Weekly Efficiency Digest¶

Fires every Sunday at 7 PM UTC via the WeeklyDigest class. Assembles task completion stats from the past 7 days and generates a Donna-voiced efficiency report.

Stats collected: - Tasks completed vs created, completion rate percentage - Average time to complete (hours) - Top 5 most-nudged tasks (by nudge_count) - Top 5 most-rescheduled tasks (by reschedule_count) - Domain breakdown (completed, open, avg nudges per domain) - Total nudges sent this week - LLM cost this week (from invocation_log)

Output: - LLM-generated report (generate_weekly_digest → local_parser) posted as Discord embed in #donna-digest. - Donna persona: 2–3 sentence summary, one observed pattern, one actionable suggestion. - Fallback: plain-text stats table if Ollama is down.

Configuration: Task type generate_weekly_digest in config/task_types.yaml, routed to local_parser with parser (Claude) fallback in config/donna_models.yaml.

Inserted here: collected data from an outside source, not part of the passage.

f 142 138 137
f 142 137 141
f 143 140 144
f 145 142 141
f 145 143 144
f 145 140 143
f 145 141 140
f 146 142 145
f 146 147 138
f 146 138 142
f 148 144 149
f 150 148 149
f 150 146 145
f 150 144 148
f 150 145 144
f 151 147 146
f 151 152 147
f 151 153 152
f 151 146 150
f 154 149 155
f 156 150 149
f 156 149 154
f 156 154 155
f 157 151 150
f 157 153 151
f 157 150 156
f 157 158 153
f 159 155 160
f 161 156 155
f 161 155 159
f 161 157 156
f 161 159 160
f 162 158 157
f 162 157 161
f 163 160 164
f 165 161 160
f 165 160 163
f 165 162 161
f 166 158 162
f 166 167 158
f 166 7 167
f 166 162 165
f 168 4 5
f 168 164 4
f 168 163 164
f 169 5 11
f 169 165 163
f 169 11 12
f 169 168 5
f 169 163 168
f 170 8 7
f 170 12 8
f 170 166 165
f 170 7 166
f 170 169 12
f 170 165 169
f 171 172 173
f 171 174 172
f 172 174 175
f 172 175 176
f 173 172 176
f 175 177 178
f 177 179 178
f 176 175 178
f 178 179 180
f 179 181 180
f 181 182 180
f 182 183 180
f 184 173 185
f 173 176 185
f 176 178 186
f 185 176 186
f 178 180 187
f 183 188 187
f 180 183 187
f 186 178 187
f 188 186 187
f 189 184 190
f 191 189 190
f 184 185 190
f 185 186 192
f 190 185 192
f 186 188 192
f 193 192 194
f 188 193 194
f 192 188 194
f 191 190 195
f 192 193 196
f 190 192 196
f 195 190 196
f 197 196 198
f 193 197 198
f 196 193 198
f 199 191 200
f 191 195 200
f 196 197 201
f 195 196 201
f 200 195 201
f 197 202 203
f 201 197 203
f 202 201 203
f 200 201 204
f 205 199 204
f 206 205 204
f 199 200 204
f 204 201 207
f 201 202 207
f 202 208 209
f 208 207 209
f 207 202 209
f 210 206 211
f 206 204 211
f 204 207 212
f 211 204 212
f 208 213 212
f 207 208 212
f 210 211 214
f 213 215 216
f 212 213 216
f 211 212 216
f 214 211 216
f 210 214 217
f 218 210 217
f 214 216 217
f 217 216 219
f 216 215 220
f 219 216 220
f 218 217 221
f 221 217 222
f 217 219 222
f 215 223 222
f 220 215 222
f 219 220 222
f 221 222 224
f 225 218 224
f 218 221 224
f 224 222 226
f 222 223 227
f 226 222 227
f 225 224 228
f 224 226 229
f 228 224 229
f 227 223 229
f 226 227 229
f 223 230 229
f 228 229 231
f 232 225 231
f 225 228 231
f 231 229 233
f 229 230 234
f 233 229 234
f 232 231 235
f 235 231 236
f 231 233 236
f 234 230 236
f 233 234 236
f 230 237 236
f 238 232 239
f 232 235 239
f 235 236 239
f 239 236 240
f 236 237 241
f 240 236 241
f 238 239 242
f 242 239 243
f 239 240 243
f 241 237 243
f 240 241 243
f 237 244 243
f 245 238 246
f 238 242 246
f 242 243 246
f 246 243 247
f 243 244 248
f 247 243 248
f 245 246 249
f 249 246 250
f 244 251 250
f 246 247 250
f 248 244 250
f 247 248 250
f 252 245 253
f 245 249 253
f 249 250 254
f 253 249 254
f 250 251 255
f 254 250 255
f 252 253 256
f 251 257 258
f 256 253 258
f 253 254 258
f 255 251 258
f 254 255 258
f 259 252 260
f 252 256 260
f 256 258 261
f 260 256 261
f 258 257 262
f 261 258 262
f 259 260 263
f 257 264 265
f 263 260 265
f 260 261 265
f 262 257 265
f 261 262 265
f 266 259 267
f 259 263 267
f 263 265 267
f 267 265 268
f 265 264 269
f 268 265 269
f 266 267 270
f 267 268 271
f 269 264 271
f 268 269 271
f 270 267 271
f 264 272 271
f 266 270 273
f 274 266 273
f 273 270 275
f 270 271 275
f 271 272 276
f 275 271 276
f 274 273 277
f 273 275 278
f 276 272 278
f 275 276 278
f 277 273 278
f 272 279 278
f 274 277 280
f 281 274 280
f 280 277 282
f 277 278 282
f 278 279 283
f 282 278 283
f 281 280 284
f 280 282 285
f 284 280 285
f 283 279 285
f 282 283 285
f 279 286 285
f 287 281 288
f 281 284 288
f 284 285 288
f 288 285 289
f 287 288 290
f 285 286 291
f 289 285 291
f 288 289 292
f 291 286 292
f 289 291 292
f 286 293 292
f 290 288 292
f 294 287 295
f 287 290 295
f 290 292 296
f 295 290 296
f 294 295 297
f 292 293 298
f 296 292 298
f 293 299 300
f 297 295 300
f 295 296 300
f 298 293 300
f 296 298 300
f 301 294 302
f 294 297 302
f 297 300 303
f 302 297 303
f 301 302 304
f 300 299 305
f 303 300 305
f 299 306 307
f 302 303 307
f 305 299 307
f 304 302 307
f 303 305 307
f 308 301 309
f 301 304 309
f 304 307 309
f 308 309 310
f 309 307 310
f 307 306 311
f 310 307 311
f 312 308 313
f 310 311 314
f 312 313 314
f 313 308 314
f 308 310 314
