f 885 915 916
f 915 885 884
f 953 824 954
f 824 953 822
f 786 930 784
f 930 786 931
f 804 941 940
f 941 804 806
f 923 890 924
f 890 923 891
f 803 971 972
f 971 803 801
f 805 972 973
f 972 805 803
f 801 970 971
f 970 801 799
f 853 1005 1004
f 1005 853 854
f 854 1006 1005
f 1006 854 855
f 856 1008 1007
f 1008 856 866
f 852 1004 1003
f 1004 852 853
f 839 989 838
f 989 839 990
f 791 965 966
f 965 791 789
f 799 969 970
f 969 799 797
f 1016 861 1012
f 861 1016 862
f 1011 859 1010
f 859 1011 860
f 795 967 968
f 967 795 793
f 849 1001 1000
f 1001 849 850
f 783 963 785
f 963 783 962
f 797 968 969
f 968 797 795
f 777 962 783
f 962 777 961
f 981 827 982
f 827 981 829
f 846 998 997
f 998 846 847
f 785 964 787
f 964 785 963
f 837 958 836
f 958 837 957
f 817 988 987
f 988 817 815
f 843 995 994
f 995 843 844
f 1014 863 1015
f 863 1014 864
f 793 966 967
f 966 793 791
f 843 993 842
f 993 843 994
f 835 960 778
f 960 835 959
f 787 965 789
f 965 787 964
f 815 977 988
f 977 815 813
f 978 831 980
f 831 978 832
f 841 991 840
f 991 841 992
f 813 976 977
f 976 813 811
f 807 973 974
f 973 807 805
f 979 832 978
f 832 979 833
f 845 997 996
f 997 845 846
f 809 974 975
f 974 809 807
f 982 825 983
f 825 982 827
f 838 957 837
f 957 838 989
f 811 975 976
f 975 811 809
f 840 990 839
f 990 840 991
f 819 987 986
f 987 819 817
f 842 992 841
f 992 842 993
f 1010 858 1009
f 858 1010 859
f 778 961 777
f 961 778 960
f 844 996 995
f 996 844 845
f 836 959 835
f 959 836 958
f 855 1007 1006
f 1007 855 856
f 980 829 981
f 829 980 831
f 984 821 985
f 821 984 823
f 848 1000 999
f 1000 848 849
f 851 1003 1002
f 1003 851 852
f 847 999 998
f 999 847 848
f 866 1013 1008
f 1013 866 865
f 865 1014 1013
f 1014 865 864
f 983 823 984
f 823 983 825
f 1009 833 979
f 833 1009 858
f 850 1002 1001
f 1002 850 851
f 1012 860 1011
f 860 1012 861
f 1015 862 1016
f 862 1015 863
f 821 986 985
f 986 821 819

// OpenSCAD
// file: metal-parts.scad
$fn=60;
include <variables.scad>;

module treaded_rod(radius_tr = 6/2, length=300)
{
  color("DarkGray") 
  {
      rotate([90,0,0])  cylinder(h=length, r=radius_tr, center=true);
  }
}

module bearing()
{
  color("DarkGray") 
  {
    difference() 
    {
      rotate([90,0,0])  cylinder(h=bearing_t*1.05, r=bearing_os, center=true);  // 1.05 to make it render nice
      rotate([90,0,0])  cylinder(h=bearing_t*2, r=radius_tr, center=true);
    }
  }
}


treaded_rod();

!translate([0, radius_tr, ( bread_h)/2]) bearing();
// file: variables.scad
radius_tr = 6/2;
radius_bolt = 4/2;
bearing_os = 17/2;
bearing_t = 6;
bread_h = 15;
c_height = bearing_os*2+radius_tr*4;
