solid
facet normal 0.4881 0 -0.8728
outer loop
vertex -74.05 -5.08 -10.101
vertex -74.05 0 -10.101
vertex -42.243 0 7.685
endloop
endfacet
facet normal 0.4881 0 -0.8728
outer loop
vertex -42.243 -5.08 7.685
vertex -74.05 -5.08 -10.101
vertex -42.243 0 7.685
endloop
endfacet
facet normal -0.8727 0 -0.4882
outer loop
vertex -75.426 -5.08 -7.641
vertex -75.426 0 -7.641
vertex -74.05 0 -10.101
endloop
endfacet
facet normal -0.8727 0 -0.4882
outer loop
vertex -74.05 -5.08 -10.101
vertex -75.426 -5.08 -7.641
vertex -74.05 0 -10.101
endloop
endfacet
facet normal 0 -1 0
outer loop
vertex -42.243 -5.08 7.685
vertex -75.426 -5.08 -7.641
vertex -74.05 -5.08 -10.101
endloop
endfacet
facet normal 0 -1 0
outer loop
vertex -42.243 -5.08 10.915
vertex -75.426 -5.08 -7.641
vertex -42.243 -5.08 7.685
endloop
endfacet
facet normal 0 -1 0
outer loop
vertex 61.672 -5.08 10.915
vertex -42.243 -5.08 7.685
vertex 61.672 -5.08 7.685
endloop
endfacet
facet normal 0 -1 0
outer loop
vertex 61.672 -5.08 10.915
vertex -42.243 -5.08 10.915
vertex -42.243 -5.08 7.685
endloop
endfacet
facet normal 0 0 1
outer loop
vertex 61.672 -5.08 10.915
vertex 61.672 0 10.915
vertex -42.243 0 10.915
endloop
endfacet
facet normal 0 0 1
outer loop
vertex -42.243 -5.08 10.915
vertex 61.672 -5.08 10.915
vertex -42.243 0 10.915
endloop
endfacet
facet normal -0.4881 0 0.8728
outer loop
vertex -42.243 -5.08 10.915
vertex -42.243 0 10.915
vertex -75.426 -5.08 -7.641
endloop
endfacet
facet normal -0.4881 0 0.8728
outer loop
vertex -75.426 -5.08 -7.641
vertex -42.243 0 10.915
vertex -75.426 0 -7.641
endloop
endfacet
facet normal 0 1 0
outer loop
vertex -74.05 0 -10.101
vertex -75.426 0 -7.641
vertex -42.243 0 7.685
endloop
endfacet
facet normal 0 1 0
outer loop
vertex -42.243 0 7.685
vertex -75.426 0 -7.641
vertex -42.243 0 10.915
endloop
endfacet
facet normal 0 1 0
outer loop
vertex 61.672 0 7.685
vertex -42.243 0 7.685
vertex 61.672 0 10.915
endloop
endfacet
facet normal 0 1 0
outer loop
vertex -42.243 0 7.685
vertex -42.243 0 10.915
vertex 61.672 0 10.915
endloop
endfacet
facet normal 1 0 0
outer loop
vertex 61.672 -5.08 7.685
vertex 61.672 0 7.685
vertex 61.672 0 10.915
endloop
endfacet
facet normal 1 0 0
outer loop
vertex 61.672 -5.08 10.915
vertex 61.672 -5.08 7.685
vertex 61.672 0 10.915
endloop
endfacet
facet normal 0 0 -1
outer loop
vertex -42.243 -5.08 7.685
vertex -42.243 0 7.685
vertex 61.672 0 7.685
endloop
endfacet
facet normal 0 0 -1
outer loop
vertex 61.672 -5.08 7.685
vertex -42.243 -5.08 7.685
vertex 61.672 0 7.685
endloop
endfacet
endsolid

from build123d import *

# Parameters (mm, degrees)
F1_DEPTH = 5.08
F4_DEPTH = 5.08
F7_DEPTH = 5.08


with BuildPart() as f1:
    # F0 (on Front) → F1 (new body)
    with BuildSketch(Plane.XZ):
        Polygon((49.2544993758, 7.0634965241), (49.2544956505, 10.4342158884), (-41.1312952638, 10.4342158884), (-69.9499547482, 27.4472031742), (-71.8305518383, 24.2616199337), (-42.6982863529, 7.0634965241), align=None)
    extrude(amount=F1_DEPTH)


with BuildPart() as f4:
    # F3 (on Front) → F4 (new body)
    with BuildSketch(Plane.XZ):
        Polygon((-31.1960466206, 8.5284151137), (64.4119828939, 8.5284151137), (63.5142549872, 13.9479198755), (-31.1960466206, 13.9479198755), (-66.7409883864, -2.9896041492), (-64.6364092827, -7.406255696), align=None)
    extrude(amount=F4_DEPTH)


with BuildPart() as f7:
    # F6 (on Front) → F7 (new body)
    with BuildSketch(Plane.XZ):
        Polygon((61.6721026599, 7.6853110745), (61.6721026599, 10.9154162928), (-42.2426611185, 10.9154162928), (-75.4255279899, -7.6407911256), (-74.0495196081, -10.1014180153), (-42.2426611185, 7.6853110745), align=None)
    extrude(amount=F7_DEPTH)


solid = f7.part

Agent Safety Constraints (Non-Negotiable)¶

Enforced at the system level, not reliant on agent prompting:

Constraint	Enforcement
No sending emails externally	Gmail API scoped to draft-only by default. Send scope gated behind feature flag (disabled by default). Enabling requires config change + OAuth re-auth.
No deleting files	Filesystem is append/modify only. Deletes require explicit user command.
No pushing to main/production	GitHub API restricts to feature branches. Branch protection at GitHub level.
No purchases or financial transactions	No payment APIs integrated. No browser automation.
No modifying user-created calendar events	Scheduler only modifies events tagged `donnaManaged: true`.
Backup before code changes	Coding agent creates git stash or branch backup before any file modification.
Agent timeout	Configurable per invocation (default 10 min coding, 5 min research). Timeout → user notification + `agent_status = failed`.

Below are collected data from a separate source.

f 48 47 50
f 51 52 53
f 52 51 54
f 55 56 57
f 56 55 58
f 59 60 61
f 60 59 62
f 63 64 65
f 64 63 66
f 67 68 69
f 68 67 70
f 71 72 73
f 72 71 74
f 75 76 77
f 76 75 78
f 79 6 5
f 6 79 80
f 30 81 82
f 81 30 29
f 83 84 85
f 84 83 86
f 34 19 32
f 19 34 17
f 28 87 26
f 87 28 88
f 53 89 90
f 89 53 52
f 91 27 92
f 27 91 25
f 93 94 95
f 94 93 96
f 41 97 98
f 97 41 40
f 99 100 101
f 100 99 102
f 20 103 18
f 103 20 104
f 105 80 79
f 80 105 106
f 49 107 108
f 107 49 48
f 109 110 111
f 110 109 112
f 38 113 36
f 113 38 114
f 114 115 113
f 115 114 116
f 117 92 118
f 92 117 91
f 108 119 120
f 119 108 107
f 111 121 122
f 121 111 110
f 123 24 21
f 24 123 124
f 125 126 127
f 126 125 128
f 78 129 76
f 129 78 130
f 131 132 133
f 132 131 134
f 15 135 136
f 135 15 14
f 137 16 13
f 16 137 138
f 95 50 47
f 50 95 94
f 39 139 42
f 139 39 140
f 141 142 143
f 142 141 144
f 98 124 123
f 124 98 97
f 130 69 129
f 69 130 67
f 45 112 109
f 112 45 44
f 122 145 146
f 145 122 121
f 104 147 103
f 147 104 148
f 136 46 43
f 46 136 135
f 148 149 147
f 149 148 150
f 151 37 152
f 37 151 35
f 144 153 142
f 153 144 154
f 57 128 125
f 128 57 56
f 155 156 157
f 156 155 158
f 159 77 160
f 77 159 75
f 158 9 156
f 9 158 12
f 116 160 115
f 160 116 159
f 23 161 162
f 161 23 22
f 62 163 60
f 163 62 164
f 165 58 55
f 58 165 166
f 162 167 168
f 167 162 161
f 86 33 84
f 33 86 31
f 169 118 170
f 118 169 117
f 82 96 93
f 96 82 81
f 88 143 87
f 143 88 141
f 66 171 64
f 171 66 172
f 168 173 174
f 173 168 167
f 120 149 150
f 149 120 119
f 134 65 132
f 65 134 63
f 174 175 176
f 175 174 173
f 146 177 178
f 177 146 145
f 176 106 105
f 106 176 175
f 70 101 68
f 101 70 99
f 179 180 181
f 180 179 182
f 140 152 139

Principle: All agents start minimal. Constraints relaxed only after reviewing logged performance and explicitly updating config.

Local LLM Tool Use Progression¶

RTX 3090 is available. Local model validation on basic parsing is the prerequisite for each stage.

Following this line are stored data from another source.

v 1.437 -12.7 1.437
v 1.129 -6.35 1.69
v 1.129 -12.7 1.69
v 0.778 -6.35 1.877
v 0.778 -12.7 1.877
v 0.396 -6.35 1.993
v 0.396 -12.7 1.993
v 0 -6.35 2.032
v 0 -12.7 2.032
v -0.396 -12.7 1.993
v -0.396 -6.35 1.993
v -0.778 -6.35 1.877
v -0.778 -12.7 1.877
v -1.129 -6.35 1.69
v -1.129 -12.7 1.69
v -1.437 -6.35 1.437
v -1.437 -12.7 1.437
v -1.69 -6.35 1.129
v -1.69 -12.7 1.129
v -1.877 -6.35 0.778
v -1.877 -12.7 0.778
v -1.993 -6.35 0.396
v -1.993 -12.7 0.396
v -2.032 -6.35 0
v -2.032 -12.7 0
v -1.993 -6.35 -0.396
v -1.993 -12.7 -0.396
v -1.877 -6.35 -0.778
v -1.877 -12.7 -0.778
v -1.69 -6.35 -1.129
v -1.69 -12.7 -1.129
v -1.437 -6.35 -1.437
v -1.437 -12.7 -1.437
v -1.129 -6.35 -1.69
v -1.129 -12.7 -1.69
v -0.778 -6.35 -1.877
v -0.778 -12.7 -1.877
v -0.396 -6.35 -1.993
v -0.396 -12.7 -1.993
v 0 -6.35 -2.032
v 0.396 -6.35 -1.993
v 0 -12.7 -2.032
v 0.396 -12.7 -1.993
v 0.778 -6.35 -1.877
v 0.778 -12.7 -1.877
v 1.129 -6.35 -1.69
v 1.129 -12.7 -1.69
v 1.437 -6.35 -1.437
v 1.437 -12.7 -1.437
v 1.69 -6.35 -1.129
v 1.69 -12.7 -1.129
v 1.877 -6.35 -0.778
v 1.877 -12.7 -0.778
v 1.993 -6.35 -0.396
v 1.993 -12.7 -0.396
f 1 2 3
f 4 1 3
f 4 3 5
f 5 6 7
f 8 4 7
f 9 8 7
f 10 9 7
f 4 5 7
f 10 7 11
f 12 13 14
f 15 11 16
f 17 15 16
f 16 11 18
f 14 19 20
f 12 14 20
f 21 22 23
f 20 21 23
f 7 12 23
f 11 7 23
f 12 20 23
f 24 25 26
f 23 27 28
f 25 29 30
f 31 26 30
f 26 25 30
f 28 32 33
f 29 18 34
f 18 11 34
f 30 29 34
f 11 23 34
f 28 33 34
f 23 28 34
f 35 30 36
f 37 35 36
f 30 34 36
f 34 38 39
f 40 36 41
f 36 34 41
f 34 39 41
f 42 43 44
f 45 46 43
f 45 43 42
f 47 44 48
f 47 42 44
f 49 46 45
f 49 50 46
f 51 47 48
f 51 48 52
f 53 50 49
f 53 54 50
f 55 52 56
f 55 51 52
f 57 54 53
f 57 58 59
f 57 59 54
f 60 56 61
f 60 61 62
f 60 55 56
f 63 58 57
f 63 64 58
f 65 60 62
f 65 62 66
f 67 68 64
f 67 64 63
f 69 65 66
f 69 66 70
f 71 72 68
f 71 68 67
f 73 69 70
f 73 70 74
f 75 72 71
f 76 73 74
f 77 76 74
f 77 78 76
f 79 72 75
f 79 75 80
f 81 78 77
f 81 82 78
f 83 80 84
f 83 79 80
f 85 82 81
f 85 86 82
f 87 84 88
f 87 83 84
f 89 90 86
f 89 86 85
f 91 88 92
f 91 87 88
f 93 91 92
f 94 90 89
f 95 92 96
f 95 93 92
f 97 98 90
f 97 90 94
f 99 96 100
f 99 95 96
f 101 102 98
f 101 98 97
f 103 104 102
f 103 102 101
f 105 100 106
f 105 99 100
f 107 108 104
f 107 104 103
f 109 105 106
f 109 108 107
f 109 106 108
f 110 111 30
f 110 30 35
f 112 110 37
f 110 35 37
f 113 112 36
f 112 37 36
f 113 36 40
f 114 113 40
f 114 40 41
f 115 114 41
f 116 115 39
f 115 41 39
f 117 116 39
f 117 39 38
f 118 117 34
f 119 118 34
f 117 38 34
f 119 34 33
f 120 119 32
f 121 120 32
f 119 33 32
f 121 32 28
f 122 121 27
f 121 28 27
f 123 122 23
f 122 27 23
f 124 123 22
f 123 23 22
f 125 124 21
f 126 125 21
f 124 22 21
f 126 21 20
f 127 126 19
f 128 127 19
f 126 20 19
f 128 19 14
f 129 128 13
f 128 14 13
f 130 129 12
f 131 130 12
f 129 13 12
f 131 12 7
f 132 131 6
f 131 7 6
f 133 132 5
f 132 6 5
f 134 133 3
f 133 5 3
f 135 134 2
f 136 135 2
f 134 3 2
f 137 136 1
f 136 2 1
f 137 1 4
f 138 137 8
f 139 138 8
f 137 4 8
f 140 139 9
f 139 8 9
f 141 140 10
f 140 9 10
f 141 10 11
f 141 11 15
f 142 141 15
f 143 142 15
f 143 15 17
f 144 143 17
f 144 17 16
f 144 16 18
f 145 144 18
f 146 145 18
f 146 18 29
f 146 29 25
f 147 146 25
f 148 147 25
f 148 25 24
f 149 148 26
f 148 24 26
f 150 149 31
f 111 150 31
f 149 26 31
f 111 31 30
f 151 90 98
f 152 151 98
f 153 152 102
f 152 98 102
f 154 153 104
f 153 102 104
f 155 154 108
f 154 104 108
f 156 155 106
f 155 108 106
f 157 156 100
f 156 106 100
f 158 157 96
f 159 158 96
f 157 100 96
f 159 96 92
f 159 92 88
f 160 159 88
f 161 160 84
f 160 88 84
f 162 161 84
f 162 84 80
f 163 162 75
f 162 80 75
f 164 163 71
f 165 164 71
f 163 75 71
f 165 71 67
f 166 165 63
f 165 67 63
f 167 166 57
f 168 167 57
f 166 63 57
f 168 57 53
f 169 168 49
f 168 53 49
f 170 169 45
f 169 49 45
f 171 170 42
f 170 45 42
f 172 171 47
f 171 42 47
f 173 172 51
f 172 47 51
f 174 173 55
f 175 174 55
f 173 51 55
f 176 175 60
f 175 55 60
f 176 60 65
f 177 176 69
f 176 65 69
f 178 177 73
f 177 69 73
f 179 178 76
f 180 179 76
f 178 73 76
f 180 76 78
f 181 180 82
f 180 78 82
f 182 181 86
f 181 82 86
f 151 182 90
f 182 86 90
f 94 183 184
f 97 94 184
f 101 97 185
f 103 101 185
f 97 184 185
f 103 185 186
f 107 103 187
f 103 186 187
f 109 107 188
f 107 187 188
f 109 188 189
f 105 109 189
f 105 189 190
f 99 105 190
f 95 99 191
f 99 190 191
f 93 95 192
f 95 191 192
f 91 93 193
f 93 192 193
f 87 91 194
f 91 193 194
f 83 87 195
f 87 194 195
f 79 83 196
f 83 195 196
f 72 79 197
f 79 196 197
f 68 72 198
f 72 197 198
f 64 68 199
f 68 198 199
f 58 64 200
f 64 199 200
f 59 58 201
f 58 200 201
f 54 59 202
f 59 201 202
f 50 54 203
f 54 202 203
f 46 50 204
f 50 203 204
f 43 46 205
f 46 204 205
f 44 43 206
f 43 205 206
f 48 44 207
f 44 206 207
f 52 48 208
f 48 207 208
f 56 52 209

Stage 1: Read-Only Tools, Single Call (Month 1)¶

Tools: task_db_read, calendar_read
Purpose: Context enrichment during parsing (dedup check, resolving "before my meeting" to actual time)
Evaluation: Offline harness + shadow mode with Claude
Promotion threshold: 90%+ accuracy on tool selection and parameters over 100+ samples

Stage 2: Conditional Tool Use (Month 2)¶

Challenge: Model decides whether to use a tool. "buy milk" = no tool; "buy milk before my 3pm meeting" = calendar_read
Tracking: Log unnecessary tool calls (false positive) and missed tool calls (false negative)
Promotion threshold: 85%+ precision and recall over 100+ samples

Stage 3: Write Tools with Guardrails (Month 3, if Stage 2 solid)¶

Tools: task_db_write (create tasks directly)
Guardrails: Model proposes write → orchestrator validates against schema → rejects malformed entries. Model never writes to calendar or triggers notifications directly.
Evaluation: Compare model-proposed entries against Claude/human-created entries from same input.

Tool Execution Architecture¶

Model never calls tools directly. Flow:

Model outputs tool call request
Orchestrator validates (is this tool allowed for this task type? parameters well-formed?)
Orchestrator executes via integration module
Result fed back to model

Tool access per task type defined in config/task_types.yaml. A task type with tools: [calendar_read] cannot result in a task_db_write call regardless of what the model requests.